The fsspec library must be able to access BDS so a Kerberos ticket must be generated. The secure and recommended method to do this is to use BDSSecretKeeper that stores the BDS credentials in the vault not the notebook session.

This section outlines some common file operations, see the fsspec API Reference for complete details on the features that are demonstrated and additional functionality.

Pandas and PyArrow can also use fsspec to perform file operations.

Connect#

Credentials and configuration information is stored in the vault. This information is used to obtain a Kerberos ticket and define the hdfs_config dictionary. This configuration dictionary is passed to the fsspec.filesystem() method to make a connection to the BDS’ underlying HDFS storage.

import ads
import fsspec

from ads.secrets.big_data_service import BDSSecretKeeper
from ads.bds.auth import has_kerberos_ticket, krbcontext

ads.set_auth("resource_principal")
with BDSSecretKeeper.load_secret("<secret_id>") as cred:
    with krbcontext(principal = cred["principal"], keytab_path = cred['keytab_path']):
        hdfs_config = {
            "protocol": "webhdfs",
            "host": cred["hdfs_host"],
            "port": cred["hdfs_port"],
            "kerberos": "True"
        }

fs = fsspec.filesystem(**hdfs_config)

Delete#

Delete files from HDFS using the .rm() method. It accepts a path of the files to delete.

fs.rm("/data/biketrips/2020??-tripdata.csv", recursive=True)

Download#

Download files from HDFS to a local storage device using the .get() method. It takes the HDFS path of the files to download, and the local path to store the files.

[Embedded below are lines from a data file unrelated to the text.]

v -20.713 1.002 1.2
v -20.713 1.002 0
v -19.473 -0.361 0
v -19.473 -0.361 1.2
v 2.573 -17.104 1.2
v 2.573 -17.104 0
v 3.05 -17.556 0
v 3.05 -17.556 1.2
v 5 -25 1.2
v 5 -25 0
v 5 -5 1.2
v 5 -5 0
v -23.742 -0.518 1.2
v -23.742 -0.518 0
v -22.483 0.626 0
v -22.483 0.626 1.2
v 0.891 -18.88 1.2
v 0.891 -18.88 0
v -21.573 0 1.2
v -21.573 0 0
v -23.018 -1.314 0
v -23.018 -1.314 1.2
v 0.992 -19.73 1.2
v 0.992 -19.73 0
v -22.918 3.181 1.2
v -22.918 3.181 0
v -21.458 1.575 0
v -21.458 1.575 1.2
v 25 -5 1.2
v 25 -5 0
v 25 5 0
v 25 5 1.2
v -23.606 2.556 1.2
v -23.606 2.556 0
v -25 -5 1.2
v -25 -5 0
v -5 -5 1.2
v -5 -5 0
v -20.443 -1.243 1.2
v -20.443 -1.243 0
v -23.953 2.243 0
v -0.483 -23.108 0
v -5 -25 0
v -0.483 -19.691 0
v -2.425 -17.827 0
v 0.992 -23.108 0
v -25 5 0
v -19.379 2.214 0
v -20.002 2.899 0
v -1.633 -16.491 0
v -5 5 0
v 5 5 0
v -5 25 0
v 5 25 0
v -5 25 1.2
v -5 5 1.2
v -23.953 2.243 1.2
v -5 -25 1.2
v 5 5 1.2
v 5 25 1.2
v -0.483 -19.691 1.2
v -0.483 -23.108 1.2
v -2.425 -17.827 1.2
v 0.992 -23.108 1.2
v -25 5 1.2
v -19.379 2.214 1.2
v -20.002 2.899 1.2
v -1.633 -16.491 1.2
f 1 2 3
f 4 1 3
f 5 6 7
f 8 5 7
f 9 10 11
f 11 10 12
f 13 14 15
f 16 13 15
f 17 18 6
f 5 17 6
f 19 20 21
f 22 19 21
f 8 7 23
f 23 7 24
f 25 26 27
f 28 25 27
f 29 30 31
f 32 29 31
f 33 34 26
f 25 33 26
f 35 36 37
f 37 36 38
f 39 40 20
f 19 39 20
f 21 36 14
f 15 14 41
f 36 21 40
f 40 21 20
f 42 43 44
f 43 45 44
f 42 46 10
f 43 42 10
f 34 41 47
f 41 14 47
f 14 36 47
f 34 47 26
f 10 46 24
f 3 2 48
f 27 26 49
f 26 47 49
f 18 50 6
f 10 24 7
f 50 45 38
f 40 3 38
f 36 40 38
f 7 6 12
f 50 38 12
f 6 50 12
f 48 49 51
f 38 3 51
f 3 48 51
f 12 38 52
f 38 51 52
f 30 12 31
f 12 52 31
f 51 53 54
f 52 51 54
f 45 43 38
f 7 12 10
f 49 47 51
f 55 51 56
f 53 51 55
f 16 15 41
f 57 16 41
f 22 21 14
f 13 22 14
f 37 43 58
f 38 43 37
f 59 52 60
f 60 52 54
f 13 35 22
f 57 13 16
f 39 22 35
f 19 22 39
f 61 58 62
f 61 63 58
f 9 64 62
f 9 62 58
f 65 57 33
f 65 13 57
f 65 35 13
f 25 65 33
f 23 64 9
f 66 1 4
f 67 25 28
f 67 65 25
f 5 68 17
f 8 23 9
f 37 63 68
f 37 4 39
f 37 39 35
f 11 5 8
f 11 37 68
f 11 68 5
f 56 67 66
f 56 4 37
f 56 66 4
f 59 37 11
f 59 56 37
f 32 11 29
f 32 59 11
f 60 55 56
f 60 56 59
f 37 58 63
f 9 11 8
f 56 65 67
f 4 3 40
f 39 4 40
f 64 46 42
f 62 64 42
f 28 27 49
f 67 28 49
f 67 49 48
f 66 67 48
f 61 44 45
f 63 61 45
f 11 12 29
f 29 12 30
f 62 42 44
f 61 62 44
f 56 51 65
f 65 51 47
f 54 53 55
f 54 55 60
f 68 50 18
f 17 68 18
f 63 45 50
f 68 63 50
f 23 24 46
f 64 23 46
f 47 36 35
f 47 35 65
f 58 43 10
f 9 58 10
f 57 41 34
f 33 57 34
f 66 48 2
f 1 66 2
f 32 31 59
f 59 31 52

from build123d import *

# Parameters (mm, degrees)
F0_W     = 20
F0_H     = 10
F0_W_2   = 10
F0_H_2   = 20
F1_DEPTH = 1.2


with BuildPart() as f1:
    # F0 (on Top) → F1 (new body)
    with BuildSketch(Plane.XY):
        with Locations((-15, 0)):
            Rectangle(F0_W, F0_H)
        Polygon((-23.952800427, 2.2430510182), (-23.6059203744, 2.5555547327), (-22.9180995375, 3.1808458734), (-21.4581449046, 1.5748944182), (-20.0015842271, 2.899039368), (-19.379123235, 2.2143316973), (-20.7127477867, 1.0019467672), (-19.4734830842, -0.3612455592), (-20.4429661396, -1.2425930456), (-21.572595225, 0), (-23.0182641957, -1.3142434066), (-23.7418717627, -0.5182744093), (-22.4829424203, 0.6262058426), align=None, mode=Mode.SUBTRACT)
        Rectangle(F0_W_2, F0_H)
        with Locations((15, 0)):
            Rectangle(F0_W, F0_H)
        with Locations((0, 15)):
            Rectangle(F0_W_2, F0_H_2)
        with Locations((0, -15)):
            Rectangle(F0_W_2, F0_H_2)
        Polygon((-0.4832326085, -19.6910500526), (-2.4245390669, -17.8273953497), (-1.6327861698, -16.4912146452), (0.8914793769, -18.8802530514), (2.5726677996, -17.1039040391), (3.0499449931, -17.5556130707), (0.9921601741, -19.7298750281), (0.9921601741, -23.1077484787), (-0.4832326085, -23.1077484787), align=None, mode=Mode.SUBTRACT)
    extrude(amount=F1_DEPTH)


solid = f1.part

fs.get("/data/biketrips/20190[123456]-tripdata.csv", local_path="./first_half/", overwrite=True)

List#

The .ls() method lists files. It returns the matching file names as a list.

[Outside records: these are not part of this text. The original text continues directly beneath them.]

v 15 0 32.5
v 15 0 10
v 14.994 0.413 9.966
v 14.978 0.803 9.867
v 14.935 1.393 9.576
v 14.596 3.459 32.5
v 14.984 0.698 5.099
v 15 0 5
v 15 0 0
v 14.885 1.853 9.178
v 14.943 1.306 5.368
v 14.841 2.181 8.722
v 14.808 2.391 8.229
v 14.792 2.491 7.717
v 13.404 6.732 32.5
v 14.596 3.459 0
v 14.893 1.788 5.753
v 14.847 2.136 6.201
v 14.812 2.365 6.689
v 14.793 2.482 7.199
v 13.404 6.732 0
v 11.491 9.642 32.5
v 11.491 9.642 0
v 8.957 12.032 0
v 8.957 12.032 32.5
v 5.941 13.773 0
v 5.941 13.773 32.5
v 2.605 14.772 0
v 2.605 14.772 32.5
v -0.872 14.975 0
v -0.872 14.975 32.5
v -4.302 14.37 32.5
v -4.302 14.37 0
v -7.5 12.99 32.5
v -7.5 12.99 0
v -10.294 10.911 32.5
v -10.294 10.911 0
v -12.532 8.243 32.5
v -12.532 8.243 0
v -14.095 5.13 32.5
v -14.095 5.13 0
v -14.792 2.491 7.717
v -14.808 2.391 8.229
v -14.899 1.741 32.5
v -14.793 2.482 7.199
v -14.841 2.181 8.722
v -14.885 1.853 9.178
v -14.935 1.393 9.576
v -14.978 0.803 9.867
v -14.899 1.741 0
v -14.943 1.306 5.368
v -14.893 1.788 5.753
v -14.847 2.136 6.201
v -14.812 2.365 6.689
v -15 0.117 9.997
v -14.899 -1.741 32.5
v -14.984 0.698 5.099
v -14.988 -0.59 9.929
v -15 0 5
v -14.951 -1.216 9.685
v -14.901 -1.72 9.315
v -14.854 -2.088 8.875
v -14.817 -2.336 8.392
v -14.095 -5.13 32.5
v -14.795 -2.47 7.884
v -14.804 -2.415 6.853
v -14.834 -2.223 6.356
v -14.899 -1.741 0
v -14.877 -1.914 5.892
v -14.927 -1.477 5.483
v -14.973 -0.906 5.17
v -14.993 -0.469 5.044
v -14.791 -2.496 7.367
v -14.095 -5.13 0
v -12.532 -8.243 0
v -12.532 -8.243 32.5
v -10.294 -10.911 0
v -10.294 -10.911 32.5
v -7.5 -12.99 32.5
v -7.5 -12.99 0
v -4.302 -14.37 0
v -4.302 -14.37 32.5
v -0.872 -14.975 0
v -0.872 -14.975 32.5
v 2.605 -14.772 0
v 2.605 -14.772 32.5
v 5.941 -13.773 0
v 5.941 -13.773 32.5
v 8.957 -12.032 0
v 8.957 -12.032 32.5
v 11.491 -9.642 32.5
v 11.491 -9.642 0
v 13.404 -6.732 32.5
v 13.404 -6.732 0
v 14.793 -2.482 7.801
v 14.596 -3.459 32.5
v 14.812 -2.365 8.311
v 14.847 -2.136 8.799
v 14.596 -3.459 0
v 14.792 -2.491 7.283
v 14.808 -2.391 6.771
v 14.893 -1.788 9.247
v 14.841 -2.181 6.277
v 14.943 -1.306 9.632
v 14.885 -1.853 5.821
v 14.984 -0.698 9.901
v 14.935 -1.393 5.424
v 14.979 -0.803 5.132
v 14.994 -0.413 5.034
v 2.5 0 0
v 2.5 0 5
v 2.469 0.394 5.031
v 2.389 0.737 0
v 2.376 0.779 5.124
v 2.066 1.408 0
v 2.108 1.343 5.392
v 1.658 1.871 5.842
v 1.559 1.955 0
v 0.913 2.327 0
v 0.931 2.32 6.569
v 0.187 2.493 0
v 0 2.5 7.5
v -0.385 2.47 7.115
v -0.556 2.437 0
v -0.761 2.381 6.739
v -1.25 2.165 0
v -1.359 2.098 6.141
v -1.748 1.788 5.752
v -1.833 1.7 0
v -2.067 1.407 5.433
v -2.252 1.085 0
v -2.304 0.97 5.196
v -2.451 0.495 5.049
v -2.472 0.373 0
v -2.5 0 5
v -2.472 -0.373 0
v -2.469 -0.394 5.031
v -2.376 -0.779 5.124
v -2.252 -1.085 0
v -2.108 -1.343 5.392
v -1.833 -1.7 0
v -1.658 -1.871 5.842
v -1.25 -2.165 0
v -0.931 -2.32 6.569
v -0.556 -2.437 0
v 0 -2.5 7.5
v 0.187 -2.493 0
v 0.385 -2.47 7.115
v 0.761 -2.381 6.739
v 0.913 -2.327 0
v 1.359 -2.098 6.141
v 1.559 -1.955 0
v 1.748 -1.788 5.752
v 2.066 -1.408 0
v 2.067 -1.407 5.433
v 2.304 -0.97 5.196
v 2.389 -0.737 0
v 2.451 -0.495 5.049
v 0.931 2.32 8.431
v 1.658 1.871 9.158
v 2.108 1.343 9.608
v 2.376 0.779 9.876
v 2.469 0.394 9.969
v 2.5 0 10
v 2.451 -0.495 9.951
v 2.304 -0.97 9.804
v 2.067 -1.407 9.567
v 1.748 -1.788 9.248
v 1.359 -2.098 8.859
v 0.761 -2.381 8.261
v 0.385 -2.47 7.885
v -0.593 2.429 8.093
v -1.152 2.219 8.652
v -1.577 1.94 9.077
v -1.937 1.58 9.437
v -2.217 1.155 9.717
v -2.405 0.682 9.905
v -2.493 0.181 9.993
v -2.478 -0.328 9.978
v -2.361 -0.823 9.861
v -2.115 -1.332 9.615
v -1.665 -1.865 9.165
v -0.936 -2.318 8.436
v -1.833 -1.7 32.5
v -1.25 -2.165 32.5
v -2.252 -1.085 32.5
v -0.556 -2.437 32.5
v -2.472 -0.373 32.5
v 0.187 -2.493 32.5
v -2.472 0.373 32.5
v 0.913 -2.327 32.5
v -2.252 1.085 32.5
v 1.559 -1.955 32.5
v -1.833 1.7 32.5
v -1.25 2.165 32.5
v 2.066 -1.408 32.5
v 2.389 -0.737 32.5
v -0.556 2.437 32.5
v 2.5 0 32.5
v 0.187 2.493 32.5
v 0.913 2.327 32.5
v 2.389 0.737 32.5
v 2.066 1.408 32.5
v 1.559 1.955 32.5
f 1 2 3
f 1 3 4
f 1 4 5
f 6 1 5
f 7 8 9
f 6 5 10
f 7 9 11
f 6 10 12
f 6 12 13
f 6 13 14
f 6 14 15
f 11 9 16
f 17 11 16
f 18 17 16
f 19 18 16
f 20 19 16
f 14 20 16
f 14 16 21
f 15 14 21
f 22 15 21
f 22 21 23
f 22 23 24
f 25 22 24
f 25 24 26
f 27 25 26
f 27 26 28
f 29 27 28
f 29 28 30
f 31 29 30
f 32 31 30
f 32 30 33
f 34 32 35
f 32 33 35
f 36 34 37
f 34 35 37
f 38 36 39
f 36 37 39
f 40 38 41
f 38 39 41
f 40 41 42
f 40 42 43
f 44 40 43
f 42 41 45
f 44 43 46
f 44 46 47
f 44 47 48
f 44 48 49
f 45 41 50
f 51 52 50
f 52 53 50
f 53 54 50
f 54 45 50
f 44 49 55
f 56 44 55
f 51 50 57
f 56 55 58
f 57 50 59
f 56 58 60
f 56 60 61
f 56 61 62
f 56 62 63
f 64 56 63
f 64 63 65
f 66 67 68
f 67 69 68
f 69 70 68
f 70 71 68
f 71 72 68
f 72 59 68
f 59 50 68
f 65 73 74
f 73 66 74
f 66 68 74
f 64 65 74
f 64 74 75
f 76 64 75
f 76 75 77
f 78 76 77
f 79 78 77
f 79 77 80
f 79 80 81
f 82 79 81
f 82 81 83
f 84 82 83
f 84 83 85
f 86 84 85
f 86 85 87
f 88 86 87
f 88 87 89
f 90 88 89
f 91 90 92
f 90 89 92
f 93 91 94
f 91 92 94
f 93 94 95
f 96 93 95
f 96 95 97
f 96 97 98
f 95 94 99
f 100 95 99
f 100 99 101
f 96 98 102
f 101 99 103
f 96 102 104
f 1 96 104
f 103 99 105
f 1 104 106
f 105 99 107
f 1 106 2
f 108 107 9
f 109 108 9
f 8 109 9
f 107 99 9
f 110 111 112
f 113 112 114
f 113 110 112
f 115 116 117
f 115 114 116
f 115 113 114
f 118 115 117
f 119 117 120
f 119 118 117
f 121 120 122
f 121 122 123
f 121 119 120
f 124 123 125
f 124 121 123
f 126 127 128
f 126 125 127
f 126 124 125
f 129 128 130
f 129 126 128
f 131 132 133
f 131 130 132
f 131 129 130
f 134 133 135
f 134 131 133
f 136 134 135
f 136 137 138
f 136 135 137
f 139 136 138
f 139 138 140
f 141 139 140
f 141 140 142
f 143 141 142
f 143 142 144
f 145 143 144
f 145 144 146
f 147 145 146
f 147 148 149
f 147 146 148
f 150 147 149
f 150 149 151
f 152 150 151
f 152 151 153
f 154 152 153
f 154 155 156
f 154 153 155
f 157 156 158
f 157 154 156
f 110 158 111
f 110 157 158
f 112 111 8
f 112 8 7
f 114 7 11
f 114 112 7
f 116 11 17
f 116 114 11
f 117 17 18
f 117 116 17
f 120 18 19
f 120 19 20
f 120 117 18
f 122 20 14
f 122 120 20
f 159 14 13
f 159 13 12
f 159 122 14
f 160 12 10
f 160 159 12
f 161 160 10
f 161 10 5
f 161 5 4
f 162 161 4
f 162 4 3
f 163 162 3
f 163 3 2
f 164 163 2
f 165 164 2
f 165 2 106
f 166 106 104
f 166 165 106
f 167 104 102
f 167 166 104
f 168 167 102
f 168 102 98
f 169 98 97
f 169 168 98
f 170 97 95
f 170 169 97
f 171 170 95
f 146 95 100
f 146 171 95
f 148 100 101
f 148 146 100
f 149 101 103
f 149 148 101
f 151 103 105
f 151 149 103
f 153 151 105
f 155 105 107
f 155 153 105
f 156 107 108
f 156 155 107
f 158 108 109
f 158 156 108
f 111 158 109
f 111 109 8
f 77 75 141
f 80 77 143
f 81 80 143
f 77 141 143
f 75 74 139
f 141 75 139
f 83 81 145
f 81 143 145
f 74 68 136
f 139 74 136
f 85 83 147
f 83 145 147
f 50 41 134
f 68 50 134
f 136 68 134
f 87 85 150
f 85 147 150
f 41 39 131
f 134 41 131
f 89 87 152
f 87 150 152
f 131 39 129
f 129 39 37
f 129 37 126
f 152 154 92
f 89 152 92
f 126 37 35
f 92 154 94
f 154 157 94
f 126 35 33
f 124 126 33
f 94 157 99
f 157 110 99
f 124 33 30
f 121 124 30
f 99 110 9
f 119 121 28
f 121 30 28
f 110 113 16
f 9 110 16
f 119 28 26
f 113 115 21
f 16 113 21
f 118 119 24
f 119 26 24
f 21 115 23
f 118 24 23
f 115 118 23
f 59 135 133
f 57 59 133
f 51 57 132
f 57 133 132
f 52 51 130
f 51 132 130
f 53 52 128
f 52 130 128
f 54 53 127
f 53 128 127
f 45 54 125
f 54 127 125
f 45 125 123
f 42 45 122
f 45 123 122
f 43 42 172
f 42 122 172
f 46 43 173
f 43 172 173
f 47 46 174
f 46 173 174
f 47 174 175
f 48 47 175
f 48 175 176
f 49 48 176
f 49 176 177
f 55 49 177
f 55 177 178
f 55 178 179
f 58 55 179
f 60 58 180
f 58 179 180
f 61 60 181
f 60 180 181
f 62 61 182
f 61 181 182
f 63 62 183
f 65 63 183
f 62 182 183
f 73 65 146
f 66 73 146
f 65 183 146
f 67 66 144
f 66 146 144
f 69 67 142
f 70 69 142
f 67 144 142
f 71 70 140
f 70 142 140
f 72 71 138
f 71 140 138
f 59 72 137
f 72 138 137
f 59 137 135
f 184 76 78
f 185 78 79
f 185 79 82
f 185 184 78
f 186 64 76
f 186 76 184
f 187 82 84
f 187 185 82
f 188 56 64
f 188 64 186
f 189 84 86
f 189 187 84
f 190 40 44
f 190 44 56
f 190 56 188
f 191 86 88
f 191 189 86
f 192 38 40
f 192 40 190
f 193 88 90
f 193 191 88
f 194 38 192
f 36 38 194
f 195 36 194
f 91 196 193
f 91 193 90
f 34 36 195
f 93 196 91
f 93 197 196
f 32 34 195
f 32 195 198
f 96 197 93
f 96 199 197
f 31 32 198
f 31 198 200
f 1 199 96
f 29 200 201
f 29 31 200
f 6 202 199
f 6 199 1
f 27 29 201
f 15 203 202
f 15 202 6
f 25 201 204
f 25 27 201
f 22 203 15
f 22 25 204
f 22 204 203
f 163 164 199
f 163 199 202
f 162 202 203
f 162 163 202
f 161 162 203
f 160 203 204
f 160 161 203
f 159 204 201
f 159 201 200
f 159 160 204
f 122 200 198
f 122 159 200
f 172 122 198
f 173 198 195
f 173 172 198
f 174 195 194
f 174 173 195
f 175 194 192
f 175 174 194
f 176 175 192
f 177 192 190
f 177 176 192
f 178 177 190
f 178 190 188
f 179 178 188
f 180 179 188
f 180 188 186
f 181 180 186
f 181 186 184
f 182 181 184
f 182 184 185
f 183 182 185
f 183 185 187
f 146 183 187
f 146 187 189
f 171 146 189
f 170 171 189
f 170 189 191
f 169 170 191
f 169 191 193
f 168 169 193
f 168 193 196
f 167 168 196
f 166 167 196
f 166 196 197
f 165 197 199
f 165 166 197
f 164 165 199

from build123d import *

# Parameters (mm, degrees)
SKETCH1_R               = 15
SKETCH1_R_2             = 2.5
BOSS_EXTRUDE1_DEPTH     = 32.5
CUT_EXTRUDE1_DEPTH      = 32.5
CUT_EXTRUDE1_DEPTH_BACK = 32.5
SKETCH2_R               = 2.5


with BuildPart() as part:
    # Sketch1 → Boss-Extrude1 (new body)
    with BuildSketch(Plane.XY):
        Circle(SKETCH1_R)
        Circle(SKETCH1_R_2, mode=Mode.SUBTRACT)
    extrude(amount=BOSS_EXTRUDE1_DEPTH)

    # Sketch2 → Cut-Extrude1 (cut, two sides: drawn at the far end of the back side and taken through both)
    with BuildSketch(Plane(origin=(0, 0, 0), x_dir=(0, 0, -1), z_dir=(1, 0, 0)).offset(-CUT_EXTRUDE1_DEPTH_BACK)):
        with Locations((-7.5, 0)):
            Circle(SKETCH2_R)
    extrude(amount=CUT_EXTRUDE1_DEPTH + CUT_EXTRUDE1_DEPTH_BACK, mode=Mode.SUBTRACT)


solid = part.part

fs.ls("/data/biketrips/2019??-tripdata.csv")
['201901-tripdata.csv',
 '201902-tripdata.csv',
 '201903-tripdata.csv',
 '201904-tripdata.csv',
 '201905-tripdata.csv',
 '201906-tripdata.csv',
 '201907-tripdata.csv',
 '201908-tripdata.csv',
 '201909-tripdata.csv',
 '201910-tripdata.csv',
 '201911-tripdata.csv',
 '201912-tripdata.csv']

Upload#

The .put() method is used to upload files from local storage to HDFS. The first parameter is the local path of the files to upload. The second parameter is the HDFS path where the files are to be stored. .upload() is an alias of .put(). .. code-block:: python3

fs.put(

lpath=”./first_half/20200[456]-tripdata.csv”, rpath=”/data/biketrips/second_quarter/”

)

Ibis#

Ibis is an open-source library by Cloudera that provides a Python framework to access data and perform analytical computations from different sources. Ibis allows access to the data ising HDFS. You use the ibis.impala.hdfs_connect() method to make a connection to HDFS, and it returns a handler. This handler has methods such as .ls() to list, .get() to download, .put() to upload, and .rm() to delete files. These operations support globbing. Ibis’ HDFS connector supports a variety of additional operations.

Connect#

After obtaining a Kerberos ticket, the hdfs_connect() method allows access to the HDFS. It is a thin wrapper around a fsspec file system. Depending on your system configuration, you may need to define the ibis.options.impala.temp_db and ibis.options.impala.temp_hdfs_path options.

import ibis

with BDSSecretKeeper.load_secret("<secret_id>") as cred:
    with krbcontext(principal=cred["principal"], keytab_path=cred['keytab_path']):
        hdfs = ibis.impala.hdfs_connect(host=cred['hdfs_host'], port=cred['hdfs_port'],
                                             use_https=False, verify=False,
                                             auth_mechanism='GSSAPI', protocol='webhdfs')

Delete#

Delete files from HDFS using the .rm() method. It accepts a path of the files to delete.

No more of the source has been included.